Society in Perth, Western Australia

The Bus Preservation Society of Western Australia (BPSWA) is a bus preservation society in Perth, Western Australia. It operates a museum in Whiteman Park.

==History==
Following the closure of the Perth trolleybus system in August 1969, the Western Australian Electric Transport Association was formed. In November 1981, the association split into two societies; the Bus Museum of Western Australia and the Perth Electric Tramway Society.

Having initially stored its collection in Bellevue, in 1990 all were relocated to Transperth's Trigg depot before a permanent move to Whiteman Park in April 1993.

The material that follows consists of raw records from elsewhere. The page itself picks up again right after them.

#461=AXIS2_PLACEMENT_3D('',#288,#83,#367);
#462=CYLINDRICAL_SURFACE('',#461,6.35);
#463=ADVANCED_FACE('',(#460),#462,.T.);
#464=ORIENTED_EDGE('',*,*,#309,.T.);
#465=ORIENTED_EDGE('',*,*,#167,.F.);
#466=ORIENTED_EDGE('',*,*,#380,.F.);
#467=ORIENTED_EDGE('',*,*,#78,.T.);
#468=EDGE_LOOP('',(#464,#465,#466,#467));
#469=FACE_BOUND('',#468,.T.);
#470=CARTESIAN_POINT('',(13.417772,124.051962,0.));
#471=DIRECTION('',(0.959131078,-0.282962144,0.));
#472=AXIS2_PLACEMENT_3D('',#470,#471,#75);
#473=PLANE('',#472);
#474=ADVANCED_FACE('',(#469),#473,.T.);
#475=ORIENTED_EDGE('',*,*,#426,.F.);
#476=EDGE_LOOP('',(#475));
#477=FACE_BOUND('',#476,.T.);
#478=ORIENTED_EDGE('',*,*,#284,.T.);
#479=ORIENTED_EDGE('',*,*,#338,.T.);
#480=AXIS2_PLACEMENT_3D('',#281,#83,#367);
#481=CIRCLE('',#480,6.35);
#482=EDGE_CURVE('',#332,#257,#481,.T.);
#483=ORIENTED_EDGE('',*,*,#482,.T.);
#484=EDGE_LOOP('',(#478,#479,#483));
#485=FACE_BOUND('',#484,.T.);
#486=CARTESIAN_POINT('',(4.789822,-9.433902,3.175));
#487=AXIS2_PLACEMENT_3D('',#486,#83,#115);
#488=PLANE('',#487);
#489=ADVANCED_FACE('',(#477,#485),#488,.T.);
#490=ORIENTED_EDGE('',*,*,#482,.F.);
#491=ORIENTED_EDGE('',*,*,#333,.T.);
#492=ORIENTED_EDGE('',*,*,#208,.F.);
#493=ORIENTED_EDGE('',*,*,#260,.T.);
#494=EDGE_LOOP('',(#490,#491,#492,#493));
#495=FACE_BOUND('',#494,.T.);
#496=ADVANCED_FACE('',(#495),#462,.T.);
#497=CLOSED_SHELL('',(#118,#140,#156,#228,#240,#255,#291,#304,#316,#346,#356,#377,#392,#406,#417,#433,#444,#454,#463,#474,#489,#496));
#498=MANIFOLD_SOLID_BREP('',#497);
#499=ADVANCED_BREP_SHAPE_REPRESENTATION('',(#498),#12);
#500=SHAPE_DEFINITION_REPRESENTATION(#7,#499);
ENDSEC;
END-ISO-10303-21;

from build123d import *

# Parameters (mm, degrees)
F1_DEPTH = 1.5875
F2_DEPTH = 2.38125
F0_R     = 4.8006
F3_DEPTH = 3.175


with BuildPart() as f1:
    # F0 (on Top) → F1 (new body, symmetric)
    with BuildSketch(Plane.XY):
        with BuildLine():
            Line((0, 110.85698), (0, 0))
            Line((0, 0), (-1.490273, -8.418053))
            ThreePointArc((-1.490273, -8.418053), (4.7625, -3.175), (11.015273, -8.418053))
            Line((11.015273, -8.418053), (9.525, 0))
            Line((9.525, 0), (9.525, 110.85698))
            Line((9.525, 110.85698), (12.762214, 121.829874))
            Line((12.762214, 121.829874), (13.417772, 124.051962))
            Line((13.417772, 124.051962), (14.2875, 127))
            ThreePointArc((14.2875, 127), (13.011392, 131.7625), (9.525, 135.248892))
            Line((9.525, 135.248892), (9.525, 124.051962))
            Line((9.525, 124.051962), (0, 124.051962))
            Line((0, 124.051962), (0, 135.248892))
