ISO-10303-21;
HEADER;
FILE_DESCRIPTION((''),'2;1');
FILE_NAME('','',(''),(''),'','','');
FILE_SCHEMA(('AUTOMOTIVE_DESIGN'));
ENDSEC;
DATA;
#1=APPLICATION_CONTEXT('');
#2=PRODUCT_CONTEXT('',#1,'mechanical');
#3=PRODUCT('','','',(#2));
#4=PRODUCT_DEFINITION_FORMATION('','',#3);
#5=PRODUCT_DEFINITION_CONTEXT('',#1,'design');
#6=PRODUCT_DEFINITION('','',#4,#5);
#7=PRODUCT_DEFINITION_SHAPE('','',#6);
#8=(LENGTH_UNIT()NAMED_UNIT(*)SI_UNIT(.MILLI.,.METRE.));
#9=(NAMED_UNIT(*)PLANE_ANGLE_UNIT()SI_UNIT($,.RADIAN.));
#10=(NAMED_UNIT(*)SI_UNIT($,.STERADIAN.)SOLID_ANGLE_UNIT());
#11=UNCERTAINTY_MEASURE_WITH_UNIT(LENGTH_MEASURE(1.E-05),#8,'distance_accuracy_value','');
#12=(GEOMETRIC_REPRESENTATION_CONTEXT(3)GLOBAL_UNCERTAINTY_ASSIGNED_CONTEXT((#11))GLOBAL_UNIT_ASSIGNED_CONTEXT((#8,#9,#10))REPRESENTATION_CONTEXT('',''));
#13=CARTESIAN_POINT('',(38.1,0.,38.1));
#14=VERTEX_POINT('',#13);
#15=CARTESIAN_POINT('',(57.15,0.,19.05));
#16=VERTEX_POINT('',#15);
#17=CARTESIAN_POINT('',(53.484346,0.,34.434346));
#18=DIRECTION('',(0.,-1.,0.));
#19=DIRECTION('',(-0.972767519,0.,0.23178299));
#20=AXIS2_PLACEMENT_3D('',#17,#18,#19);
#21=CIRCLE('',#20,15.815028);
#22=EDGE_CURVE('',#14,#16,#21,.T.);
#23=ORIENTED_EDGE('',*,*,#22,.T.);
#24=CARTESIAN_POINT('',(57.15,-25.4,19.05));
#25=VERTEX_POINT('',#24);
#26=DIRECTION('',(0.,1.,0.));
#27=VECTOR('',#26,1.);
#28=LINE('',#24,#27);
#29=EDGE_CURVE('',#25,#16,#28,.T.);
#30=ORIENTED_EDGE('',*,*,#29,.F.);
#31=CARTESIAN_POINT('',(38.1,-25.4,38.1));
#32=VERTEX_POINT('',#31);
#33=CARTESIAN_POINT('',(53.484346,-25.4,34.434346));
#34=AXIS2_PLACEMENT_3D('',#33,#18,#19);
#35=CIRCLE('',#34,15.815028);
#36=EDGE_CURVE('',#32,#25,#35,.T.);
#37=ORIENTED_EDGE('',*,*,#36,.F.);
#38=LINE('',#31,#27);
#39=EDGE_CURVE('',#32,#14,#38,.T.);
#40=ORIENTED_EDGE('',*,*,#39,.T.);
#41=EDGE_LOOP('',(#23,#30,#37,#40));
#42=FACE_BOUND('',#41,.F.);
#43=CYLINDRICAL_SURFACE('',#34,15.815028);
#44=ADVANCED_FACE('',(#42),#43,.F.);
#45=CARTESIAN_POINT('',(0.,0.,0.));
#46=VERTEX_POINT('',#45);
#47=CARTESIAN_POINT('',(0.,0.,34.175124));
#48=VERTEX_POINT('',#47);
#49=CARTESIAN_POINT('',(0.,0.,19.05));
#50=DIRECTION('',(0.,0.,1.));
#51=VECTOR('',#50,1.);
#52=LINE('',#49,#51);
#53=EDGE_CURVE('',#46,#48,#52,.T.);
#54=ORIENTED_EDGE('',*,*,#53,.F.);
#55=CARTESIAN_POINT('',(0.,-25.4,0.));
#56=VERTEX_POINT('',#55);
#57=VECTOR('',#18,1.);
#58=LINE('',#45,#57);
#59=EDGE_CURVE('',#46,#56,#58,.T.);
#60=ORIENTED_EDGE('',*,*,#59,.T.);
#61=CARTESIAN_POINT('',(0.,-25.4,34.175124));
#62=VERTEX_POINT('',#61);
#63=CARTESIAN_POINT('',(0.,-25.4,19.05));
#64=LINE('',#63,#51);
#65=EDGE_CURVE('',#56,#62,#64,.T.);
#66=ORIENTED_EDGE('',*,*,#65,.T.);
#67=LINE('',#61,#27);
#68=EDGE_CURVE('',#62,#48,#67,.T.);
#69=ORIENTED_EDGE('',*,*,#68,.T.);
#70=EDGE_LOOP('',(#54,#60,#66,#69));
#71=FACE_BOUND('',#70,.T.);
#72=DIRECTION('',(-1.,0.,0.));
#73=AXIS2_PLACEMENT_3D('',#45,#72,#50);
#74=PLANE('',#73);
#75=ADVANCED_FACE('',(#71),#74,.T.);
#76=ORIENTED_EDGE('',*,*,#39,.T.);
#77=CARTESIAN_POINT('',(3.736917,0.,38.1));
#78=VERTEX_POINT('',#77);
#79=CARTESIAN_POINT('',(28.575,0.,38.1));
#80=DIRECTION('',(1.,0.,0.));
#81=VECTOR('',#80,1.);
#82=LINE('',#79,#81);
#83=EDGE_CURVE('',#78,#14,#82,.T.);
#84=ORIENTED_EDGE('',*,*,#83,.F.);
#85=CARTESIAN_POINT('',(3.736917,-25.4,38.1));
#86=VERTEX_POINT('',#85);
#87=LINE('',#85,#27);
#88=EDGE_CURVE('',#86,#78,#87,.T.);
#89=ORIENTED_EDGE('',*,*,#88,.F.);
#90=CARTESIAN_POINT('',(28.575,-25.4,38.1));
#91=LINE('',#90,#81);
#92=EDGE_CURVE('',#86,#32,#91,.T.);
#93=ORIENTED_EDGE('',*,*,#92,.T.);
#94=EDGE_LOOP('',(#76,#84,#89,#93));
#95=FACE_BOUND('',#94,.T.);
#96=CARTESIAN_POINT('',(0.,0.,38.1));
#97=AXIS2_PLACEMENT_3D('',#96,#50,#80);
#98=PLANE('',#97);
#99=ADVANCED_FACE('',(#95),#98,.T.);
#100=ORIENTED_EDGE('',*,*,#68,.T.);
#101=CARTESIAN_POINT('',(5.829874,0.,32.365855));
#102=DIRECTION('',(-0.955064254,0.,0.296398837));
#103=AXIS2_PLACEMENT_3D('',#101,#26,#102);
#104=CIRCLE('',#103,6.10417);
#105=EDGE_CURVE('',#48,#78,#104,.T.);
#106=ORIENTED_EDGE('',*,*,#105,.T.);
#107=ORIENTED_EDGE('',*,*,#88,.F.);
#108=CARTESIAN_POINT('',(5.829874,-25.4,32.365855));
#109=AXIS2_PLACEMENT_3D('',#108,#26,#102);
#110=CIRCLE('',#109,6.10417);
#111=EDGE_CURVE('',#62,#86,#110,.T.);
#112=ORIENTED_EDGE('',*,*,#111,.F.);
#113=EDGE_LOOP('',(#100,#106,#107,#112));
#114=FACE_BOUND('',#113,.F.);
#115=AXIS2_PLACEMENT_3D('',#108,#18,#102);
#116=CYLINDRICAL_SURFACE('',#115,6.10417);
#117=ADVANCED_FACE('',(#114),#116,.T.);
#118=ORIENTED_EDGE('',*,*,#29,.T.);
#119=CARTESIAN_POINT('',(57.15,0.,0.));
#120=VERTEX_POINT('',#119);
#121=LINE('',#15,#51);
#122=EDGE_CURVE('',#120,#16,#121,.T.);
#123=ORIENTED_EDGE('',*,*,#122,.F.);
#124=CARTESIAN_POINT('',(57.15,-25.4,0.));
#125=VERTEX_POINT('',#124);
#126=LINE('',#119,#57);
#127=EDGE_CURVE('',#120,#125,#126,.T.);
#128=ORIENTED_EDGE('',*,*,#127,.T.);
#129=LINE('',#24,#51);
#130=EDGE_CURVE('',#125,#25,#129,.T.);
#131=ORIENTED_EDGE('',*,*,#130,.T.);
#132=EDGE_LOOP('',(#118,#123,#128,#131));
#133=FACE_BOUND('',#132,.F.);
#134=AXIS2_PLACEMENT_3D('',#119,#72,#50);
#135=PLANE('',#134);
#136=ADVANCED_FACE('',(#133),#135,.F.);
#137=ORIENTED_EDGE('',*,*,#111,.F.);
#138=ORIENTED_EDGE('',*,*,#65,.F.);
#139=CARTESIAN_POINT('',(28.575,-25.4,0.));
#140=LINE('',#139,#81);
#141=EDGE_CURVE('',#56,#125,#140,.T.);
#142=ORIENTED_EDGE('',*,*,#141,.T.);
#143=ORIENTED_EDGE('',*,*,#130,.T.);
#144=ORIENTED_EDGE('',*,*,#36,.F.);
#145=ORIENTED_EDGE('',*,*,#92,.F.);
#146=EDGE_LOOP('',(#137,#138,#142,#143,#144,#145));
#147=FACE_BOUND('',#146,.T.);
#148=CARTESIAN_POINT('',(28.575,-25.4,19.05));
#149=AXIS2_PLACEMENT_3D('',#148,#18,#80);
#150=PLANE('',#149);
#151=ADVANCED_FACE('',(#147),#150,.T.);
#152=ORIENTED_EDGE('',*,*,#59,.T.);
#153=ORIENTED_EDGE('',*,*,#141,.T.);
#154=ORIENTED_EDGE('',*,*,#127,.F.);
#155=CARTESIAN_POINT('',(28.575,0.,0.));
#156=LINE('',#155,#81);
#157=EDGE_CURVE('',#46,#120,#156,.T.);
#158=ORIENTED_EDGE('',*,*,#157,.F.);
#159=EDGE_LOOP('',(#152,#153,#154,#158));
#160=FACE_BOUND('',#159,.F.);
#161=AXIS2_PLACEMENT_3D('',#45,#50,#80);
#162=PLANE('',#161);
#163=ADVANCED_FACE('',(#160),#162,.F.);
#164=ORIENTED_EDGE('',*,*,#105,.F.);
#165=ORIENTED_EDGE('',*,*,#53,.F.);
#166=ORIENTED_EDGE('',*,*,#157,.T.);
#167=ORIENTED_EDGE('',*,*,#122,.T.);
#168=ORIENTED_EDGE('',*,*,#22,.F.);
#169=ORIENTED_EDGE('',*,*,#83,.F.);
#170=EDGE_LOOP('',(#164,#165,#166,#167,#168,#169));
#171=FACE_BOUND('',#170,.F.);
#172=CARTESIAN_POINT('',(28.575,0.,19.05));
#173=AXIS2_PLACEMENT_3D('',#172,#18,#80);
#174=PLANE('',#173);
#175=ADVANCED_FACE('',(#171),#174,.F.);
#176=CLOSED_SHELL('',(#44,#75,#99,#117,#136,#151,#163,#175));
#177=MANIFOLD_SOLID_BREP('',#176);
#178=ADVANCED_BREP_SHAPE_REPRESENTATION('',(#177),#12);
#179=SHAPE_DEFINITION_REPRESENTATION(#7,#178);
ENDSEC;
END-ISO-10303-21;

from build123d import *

# Parameters (mm, degrees)
F0_W     = 57.15
F0_H     = 38.1
F1_DEPTH = 25.4
F3_DEPTH = 25.4
F5_DEPTH = 25.4


with BuildPart() as f1:
    # F0 (on Front) → F1 (new body)
    with BuildSketch(Plane.XZ):
        with Locations((28.575, 19.05)):
            Rectangle(F0_W, F0_H)
    extrude(amount=F1_DEPTH)

    # F2 (on face) → F3 (cut)
    with BuildSketch(Plane.XZ.offset(25.4)):
        with BuildLine():
            Line((57.15, 38.1), (38.1, 38.1))
            ThreePointArc((38.1, 38.1), (42.301432, 23.251432), (57.15, 19.05))
            Line((57.15, 19.05), (57.15, 38.1))
        make_face()
    extrude(amount=-F3_DEPTH, mode=Mode.SUBTRACT)

    # F4 (on face) → F5 (cut)
    with BuildSketch(Plane.XZ.offset(25.4)):
        with BuildLine():
            Line((0, 38.1), (0, 34.175124))
            ThreePointArc((0, 34.175124), (1.409017, 36.575001), (3.736917, 38.1))
            Line((3.736917, 38.1), (0, 38.1))
        make_face()
    extrude(amount=-F5_DEPTH, mode=Mode.SUBTRACT)


solid = f1.part
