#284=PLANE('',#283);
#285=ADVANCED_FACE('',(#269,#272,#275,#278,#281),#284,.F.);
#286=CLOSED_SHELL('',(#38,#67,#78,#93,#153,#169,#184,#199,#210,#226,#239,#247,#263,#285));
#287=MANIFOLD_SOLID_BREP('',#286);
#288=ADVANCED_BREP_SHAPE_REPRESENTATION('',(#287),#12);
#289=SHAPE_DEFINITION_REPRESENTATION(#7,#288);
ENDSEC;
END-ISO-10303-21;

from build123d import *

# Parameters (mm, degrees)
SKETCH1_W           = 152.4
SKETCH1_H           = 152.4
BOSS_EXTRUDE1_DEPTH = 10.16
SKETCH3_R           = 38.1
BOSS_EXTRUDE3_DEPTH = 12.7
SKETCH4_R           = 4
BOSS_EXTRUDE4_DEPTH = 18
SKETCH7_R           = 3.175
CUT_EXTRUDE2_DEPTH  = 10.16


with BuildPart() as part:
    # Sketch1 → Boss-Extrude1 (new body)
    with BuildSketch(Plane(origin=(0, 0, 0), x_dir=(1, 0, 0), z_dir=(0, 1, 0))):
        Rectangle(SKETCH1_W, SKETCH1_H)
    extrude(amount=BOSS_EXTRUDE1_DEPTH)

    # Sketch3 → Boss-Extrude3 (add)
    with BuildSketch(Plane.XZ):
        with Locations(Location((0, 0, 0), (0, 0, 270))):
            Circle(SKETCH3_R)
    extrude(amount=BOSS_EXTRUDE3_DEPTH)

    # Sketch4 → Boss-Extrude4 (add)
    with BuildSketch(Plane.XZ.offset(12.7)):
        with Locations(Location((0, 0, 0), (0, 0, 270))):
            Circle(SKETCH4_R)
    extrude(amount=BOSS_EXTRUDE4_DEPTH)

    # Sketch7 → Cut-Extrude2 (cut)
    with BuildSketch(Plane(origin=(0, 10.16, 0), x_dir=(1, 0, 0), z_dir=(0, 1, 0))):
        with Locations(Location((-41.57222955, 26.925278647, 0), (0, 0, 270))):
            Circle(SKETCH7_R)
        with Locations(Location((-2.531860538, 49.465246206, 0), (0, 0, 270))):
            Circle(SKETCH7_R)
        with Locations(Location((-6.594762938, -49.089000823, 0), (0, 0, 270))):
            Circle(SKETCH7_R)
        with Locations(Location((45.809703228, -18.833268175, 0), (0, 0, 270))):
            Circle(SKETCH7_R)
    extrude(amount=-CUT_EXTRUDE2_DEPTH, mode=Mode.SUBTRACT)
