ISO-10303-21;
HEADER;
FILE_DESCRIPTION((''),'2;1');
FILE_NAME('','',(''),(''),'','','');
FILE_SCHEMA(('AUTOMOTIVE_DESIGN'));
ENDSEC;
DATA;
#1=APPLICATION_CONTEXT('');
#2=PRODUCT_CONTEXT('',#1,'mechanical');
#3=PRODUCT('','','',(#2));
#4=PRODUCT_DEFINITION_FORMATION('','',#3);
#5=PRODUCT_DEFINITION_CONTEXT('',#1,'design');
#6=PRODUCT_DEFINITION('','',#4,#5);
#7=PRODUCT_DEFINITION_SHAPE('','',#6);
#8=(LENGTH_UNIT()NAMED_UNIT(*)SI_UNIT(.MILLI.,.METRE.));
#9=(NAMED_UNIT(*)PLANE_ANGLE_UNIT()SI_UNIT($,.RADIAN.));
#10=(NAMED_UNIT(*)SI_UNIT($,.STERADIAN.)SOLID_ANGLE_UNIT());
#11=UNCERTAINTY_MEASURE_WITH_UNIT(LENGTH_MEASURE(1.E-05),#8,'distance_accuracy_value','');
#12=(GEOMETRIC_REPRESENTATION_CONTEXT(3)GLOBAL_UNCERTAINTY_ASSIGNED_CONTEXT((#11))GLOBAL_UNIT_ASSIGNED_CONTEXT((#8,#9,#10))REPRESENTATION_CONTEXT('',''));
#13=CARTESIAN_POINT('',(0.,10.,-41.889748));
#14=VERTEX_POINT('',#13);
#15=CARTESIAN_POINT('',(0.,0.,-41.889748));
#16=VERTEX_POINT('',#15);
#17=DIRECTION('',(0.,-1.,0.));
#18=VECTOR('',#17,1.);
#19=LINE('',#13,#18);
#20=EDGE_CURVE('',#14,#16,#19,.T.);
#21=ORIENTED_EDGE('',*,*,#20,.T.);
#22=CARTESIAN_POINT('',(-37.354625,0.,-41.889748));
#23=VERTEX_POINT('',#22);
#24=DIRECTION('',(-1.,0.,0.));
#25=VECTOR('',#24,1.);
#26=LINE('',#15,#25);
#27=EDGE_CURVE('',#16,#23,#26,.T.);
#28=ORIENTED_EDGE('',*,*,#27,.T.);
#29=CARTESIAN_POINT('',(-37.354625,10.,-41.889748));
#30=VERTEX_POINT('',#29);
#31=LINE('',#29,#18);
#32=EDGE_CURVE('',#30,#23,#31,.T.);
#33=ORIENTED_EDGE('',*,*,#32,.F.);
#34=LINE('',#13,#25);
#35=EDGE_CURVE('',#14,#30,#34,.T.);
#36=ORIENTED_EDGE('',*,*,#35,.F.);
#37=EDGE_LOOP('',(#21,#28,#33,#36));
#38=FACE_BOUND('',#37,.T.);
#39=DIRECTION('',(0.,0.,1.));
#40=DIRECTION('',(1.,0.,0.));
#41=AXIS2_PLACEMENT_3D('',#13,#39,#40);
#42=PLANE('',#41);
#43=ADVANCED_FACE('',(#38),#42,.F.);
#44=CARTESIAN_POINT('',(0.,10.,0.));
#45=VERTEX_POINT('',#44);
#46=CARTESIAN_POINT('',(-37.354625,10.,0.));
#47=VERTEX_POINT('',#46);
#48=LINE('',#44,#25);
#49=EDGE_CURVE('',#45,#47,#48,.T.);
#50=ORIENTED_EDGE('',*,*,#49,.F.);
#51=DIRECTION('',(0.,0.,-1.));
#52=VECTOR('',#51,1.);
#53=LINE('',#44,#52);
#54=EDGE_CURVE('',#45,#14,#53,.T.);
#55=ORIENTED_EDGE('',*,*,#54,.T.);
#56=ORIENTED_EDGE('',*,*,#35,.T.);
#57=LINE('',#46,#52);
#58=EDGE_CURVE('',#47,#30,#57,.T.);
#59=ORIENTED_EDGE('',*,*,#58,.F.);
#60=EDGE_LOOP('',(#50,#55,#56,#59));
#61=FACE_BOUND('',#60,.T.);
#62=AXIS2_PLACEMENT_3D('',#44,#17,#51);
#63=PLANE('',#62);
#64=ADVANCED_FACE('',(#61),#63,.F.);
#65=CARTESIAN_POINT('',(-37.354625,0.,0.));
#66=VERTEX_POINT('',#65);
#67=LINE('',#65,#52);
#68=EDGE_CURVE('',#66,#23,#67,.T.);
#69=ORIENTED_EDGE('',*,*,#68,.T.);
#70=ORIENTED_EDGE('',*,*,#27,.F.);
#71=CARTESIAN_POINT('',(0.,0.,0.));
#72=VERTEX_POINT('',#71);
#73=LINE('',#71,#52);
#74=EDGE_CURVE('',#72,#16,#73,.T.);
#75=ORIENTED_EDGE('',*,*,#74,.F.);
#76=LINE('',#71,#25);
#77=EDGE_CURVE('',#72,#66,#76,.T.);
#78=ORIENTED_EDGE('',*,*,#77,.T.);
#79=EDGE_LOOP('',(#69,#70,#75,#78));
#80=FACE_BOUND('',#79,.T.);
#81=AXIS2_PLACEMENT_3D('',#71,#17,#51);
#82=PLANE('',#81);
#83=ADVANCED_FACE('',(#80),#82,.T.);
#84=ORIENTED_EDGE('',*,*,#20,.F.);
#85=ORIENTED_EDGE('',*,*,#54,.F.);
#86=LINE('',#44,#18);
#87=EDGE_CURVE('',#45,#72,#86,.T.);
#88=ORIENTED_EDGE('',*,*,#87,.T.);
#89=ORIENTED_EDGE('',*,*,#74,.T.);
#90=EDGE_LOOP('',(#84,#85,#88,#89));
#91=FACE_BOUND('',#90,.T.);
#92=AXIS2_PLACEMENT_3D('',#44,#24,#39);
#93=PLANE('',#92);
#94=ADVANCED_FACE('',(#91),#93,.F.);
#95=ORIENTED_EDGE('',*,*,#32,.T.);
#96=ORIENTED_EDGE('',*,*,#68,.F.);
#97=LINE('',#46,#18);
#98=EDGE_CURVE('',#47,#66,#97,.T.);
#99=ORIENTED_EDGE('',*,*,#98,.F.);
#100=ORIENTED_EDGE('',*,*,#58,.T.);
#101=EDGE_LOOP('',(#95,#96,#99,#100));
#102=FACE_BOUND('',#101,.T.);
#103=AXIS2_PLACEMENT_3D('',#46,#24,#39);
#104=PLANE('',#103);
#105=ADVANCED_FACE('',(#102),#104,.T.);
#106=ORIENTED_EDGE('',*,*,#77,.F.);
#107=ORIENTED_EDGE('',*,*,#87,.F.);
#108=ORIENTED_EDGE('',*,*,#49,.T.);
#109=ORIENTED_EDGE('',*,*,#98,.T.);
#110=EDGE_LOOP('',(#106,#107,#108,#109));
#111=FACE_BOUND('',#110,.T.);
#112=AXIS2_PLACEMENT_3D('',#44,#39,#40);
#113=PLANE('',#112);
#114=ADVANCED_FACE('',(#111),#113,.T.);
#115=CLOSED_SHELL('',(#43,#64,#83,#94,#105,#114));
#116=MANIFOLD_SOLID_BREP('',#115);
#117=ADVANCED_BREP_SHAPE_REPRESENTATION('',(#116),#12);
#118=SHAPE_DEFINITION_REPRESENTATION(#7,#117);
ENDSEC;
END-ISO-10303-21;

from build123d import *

# Parameters (mm, degrees)
SKETCH_1_W      = 37.35462538
SKETCH_1_H      = 41.889747785
EXTRUDE_1_DEPTH = 10


with BuildPart() as part:
    # Эскиз1 → Бобышка-Вытянуть1 (new body)
    with BuildSketch(Plane(origin=(0, 0, 0), x_dir=(1, 0, 0), z_dir=(0, 1, 0))):
        with Locations((-18.67731269, 20.944873893)):
            Rectangle(SKETCH_1_W, SKETCH_1_H)
    extrude(amount=EXTRUDE_1_DEPTH)


solid = part.part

In March 2000, the Bus Museum of Western Australia was renamed the Bus Preservation Society of Western Australia.

==Collection==
The BPSWA owns a fleet of 35 buses, mainly formerly owned by Transperth and Western Australian Government Railways. Most are stabled at Whiteman Park with some having previously been stored at the Midland Railway Workshops.

==Operations==
The BPSWA operates the Whiteman Explorer within Whiteman Park on Mondays and the Whiteman Park Shuttle Bus from Whiteman Park railway station on Saturdays and Sundays.

==Publication==
The BPSWA publishes a quarterly periodical titled The Rattler.